Task D: volcano plot, test on data generated from null hypothesis
Draw a volcano plot for the acetate data.
- The x-axis of this plot is the difference between the mean of control and the mean of acetate. You can compute row means of a matrix by rowMeans.
- The y-axis is -log10 of the p-value (use the p-values before multiple testing correction).
- You can quickly see the genes that have low p-values (high on y-axis) and also big difference in the mean expression between the two conditions (far from 0 on x-axis). You can also see if acetate increases or decreases the expression of these genes.
Now create a simulated dataset sharing some features of the real data but observing the null hypothesis that the mean of control and acetate are the same for each gene.
- Compute vector m of means for columns 1:6 from matrix a
- Compute vectors sc and sa of standard deviations for control columns and for acetate columns respectively. You can compute standard deviation for each row of a matrix by apply(some.matrix, 1, sd).

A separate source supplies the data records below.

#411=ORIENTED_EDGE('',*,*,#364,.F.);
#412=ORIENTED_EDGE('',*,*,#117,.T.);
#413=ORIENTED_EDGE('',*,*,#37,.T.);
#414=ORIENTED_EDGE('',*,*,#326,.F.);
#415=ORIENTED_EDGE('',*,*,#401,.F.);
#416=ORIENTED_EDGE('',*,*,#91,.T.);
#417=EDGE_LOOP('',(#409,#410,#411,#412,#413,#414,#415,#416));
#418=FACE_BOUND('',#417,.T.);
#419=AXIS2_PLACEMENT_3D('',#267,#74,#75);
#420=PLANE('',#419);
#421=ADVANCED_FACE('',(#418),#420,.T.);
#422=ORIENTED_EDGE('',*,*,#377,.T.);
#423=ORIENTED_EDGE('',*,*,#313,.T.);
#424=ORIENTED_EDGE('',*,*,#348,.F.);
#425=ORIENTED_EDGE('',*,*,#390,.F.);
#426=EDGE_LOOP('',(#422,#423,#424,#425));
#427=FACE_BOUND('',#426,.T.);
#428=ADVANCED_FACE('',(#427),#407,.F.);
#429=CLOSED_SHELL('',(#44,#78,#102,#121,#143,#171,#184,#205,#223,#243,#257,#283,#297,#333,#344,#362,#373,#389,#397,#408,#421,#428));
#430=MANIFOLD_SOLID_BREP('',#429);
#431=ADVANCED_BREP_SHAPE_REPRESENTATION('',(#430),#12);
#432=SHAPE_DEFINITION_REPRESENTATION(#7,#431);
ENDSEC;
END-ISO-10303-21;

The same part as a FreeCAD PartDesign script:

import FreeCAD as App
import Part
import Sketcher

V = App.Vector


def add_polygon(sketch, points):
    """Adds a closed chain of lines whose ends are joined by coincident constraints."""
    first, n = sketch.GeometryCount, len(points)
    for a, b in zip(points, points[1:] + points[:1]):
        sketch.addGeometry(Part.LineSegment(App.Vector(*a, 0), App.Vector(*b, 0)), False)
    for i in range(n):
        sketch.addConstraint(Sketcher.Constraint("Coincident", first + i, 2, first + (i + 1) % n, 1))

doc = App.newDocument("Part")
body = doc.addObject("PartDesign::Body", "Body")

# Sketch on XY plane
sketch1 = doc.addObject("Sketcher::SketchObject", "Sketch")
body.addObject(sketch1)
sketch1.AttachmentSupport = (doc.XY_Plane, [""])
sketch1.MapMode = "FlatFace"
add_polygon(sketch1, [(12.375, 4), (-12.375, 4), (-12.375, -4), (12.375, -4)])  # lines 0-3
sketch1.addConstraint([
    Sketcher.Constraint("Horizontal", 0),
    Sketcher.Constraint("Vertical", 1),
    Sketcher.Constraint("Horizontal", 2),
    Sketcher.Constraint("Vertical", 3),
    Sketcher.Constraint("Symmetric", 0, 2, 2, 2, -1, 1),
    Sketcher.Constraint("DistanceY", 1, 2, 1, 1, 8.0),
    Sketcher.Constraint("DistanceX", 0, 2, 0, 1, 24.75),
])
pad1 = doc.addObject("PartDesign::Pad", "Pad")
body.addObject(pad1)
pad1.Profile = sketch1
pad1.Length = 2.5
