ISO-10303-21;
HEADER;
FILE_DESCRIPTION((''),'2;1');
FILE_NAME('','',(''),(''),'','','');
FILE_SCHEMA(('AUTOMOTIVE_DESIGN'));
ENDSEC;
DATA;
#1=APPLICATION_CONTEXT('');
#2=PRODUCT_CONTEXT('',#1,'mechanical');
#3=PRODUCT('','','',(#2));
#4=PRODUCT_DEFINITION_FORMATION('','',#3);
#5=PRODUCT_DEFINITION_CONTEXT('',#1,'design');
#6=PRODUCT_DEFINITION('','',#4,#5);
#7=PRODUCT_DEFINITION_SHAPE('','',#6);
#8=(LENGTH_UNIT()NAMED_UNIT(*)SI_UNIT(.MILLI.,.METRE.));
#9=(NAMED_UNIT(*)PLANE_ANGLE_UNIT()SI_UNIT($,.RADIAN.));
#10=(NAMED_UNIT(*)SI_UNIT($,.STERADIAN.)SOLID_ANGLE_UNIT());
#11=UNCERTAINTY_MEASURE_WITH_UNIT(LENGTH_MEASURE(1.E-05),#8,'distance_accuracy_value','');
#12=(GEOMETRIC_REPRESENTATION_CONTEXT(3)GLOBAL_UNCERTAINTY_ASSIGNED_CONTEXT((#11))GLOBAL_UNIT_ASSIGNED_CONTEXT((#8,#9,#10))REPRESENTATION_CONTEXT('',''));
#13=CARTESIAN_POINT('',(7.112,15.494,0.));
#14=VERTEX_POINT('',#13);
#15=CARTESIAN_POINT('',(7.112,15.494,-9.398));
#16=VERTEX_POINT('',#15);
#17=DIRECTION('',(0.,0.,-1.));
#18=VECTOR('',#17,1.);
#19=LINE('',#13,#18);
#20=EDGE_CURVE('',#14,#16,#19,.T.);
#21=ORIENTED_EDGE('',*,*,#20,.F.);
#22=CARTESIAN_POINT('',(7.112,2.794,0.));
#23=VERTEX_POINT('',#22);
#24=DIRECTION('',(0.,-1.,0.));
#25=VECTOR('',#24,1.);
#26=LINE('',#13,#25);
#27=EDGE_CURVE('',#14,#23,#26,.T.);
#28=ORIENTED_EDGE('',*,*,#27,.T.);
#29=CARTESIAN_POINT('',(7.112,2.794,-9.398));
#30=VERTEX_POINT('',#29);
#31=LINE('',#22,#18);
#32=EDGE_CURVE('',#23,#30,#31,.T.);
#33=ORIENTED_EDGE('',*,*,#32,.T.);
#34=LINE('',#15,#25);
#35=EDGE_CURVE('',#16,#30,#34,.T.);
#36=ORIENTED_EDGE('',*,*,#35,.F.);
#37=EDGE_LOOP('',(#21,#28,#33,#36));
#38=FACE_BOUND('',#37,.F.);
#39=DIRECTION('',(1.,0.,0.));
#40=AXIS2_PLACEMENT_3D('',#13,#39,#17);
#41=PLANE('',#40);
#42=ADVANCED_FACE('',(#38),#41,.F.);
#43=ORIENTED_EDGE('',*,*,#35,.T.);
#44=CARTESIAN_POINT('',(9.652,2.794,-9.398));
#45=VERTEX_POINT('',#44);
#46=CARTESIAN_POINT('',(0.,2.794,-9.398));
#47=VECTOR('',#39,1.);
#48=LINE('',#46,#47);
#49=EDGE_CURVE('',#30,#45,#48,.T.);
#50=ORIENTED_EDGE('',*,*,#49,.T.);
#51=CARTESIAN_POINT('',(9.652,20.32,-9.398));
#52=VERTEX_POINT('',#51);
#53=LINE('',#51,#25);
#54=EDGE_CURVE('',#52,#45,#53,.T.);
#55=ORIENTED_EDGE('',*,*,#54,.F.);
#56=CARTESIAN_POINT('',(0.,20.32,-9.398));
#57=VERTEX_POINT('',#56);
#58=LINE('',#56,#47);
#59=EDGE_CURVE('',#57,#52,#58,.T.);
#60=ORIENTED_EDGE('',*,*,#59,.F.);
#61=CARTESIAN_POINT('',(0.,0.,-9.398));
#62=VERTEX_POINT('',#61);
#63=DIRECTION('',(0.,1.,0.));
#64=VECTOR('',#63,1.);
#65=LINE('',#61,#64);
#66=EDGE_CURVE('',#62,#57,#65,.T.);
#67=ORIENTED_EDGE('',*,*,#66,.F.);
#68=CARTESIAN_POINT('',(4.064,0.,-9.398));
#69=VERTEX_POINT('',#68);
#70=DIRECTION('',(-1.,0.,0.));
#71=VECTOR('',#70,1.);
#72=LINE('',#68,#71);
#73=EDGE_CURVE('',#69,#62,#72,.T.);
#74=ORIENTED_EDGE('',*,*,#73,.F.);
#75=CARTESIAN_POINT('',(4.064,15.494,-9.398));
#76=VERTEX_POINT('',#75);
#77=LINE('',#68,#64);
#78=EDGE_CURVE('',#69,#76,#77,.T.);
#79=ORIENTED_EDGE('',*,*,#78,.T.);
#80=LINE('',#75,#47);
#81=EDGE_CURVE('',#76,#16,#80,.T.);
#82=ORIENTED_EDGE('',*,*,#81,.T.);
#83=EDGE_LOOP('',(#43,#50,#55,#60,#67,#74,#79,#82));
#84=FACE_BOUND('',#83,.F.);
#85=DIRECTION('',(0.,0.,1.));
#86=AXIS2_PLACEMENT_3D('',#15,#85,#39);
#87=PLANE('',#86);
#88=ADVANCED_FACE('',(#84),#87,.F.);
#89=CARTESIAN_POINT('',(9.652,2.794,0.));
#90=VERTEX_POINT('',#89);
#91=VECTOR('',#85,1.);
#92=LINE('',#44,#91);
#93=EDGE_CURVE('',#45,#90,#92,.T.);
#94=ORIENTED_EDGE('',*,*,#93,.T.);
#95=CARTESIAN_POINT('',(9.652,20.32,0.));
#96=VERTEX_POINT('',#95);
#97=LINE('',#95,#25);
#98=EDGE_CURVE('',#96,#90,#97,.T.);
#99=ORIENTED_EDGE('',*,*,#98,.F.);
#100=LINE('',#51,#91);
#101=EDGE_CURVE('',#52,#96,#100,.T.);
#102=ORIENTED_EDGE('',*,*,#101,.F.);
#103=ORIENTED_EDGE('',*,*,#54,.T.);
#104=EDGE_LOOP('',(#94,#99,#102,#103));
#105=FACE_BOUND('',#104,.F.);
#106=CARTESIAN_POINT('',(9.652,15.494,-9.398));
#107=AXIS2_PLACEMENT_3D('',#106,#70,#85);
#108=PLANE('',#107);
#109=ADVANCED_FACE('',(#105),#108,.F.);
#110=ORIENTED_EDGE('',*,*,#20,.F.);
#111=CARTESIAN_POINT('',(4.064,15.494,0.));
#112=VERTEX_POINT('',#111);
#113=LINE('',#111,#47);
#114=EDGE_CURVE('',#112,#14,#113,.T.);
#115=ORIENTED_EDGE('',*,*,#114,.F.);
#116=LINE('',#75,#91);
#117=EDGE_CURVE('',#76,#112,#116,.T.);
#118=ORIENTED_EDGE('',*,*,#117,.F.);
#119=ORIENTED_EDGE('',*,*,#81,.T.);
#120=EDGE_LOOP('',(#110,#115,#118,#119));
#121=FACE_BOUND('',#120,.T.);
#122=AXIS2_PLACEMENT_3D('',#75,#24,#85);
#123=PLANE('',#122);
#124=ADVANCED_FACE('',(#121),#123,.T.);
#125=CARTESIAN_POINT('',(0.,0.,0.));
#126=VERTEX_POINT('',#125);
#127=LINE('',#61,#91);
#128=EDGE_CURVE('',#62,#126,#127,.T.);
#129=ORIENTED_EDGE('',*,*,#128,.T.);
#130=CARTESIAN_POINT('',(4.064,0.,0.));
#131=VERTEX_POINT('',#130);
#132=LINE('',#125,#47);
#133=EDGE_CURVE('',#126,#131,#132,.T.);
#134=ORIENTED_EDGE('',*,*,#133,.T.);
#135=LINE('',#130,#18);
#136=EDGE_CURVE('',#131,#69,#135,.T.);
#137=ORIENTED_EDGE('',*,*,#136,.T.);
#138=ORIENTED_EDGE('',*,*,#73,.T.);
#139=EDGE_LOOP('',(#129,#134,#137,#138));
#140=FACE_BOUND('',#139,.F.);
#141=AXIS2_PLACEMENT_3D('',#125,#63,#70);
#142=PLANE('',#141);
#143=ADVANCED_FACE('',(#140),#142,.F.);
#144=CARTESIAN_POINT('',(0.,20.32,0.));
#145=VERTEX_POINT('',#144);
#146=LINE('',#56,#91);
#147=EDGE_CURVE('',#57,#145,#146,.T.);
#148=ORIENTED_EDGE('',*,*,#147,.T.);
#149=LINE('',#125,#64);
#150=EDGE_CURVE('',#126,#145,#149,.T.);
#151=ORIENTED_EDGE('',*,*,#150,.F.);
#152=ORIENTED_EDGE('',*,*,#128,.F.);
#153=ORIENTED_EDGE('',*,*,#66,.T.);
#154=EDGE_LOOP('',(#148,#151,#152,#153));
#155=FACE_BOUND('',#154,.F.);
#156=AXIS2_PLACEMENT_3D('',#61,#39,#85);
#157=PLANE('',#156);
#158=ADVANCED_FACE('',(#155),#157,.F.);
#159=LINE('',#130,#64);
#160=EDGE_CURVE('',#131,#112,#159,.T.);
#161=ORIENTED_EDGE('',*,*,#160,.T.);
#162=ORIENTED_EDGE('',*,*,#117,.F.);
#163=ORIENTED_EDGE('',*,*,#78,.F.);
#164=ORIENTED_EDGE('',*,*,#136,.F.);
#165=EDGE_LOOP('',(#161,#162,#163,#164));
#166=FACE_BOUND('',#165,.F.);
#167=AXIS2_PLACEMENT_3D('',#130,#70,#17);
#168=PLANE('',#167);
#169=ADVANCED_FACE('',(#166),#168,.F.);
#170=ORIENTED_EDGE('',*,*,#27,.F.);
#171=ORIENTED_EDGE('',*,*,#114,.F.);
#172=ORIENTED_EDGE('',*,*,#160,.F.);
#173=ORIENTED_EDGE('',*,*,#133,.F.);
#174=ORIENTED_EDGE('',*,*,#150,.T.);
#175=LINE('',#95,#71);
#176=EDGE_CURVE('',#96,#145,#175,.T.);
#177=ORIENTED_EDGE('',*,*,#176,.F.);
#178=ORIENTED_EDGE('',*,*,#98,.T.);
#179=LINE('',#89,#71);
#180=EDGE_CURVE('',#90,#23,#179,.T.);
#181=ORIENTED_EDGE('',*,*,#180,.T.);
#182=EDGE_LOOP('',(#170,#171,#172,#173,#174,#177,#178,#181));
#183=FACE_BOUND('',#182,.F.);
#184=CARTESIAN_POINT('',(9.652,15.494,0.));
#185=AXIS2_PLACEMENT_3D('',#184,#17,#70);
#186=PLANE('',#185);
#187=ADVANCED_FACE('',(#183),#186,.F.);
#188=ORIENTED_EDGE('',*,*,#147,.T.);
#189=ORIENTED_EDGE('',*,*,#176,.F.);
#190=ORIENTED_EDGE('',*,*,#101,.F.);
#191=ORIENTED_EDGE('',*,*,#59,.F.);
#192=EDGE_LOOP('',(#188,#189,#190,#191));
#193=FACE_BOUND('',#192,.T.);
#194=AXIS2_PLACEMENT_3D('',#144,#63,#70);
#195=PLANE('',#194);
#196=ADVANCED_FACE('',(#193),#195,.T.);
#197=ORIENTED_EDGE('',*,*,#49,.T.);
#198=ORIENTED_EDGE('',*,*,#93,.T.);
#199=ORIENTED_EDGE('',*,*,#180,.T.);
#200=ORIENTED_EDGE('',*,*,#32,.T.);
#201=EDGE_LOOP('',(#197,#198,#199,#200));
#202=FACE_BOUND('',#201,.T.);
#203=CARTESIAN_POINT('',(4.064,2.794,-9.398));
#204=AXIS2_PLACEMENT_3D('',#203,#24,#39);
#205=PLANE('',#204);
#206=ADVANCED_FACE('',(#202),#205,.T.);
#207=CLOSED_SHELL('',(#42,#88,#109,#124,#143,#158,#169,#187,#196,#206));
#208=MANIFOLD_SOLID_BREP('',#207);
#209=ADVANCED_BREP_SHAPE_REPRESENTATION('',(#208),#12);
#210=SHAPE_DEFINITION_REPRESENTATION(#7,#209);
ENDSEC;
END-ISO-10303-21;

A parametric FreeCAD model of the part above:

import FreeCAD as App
import Part
import Sketcher
Q = App.Units.Quantity

doc = App.newDocument("Part")
params = doc.addObject("Spreadsheet::Sheet", "Params")
for row, (alias, value) in enumerate([
    ("sketch1_width", "0.16 in"),
    ("sketch1_height", "0.37 in"),
    ("pad1_length", "0.8 in"),
    ("sketch2_width", "0.19 in"),
    ("sketch2_height", "0.37 in"),
    ("pad2_length", "0.22 in"),
    ("sketch3_width", "0.1 in"),
    ("sketch3_height", "0.37 in"),
    ("pad3_length", "0.5 in"),
], start=1):
    params.set(f"A{row}", alias)
    params.set(f"B{row}", "=" + value)
    params.setAlias(f"B{row}", alias)

body = doc.addObject("PartDesign::Body", "Body")

sketch1 = body.newObject("Sketcher::SketchObject", "Sketch")
sketch1.AttachmentSupport = (doc.getObject("XZ_Plane"), [""])
sketch1.MapMode = "FlatFace"
sketch1.addGeometry(Part.LineSegment(App.Vector(0, -9.398, 0), App.Vector(0, 0, 0)), False)
sketch1.addGeometry(Part.LineSegment(App.Vector(0, 0, 0), App.Vector(4.064, 0, 0)), False)
sketch1.addGeometry(Part.LineSegment(App.Vector(4.064, 0, 0), App.Vector(4.064, -9.398, 0)), False)
sketch1.addGeometry(Part.LineSegment(App.Vector(4.064, -9.398, 0), App.Vector(0, -9.398, 0)), False)
sketch1.addConstraint(Sketcher.Constraint("Coincident", 0, 2, 1, 1))
sketch1.addConstraint(Sketcher.Constraint("Coincident", 1, 2, 2, 1))
sketch1.addConstraint(Sketcher.Constraint("Coincident", 2, 2, 3, 1))
sketch1.addConstraint(Sketcher.Constraint("Coincident", 3, 2, 0, 1))
sketch1.addConstraint(Sketcher.Constraint("Vertical", 0))
sketch1.addConstraint(Sketcher.Constraint("Horizontal", 1))
sketch1.addConstraint(Sketcher.Constraint("Vertical", 2))
sketch1.addConstraint(Sketcher.Constraint("Horizontal", 3))
sketch1.addConstraint(Sketcher.Constraint("Coincident", 0, 2, -1, 1))
sketch1.addConstraint(Sketcher.Constraint("DistanceX", 1, 1, 1, 2, Q("0.16 in")))
sketch1.addConstraint(Sketcher.Constraint("DistanceY", 0, 1, 0, 2, Q("0.37 in")))
sketch1.setExpression("Constraints[9]", "Params.sketch1_width")
sketch1.setExpression("Constraints[10]", "Params.sketch1_height")
pad1 = body.newObject("PartDesign::Pad", "Pad")
pad1.Profile = sketch1
pad1.setExpression("Length", "Params.pad1_length")
pad1.Reversed = True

- For each i in 1:6398, create three samples from the normal distribution with mean m[i] and standard deviation sc[i] and three samples with mean m[i] and deviation sa[i] (use the rnorm function).
- On the resulting matrix, apply Welch's t-test and draw the volcano plot.
- How many random genes have p-value at most 0.01? Is it roughly what we would expect under the null hypothesis?
Draw a histogram of p-values from the real data (control vs acetate) and from the random data (use function hist). Describe how they differ. Is it what you would expect?
Submit plots volcano-real.png, volcano-random.png, hist-real.png, hist-random.png (real for real expression data and random for generated data).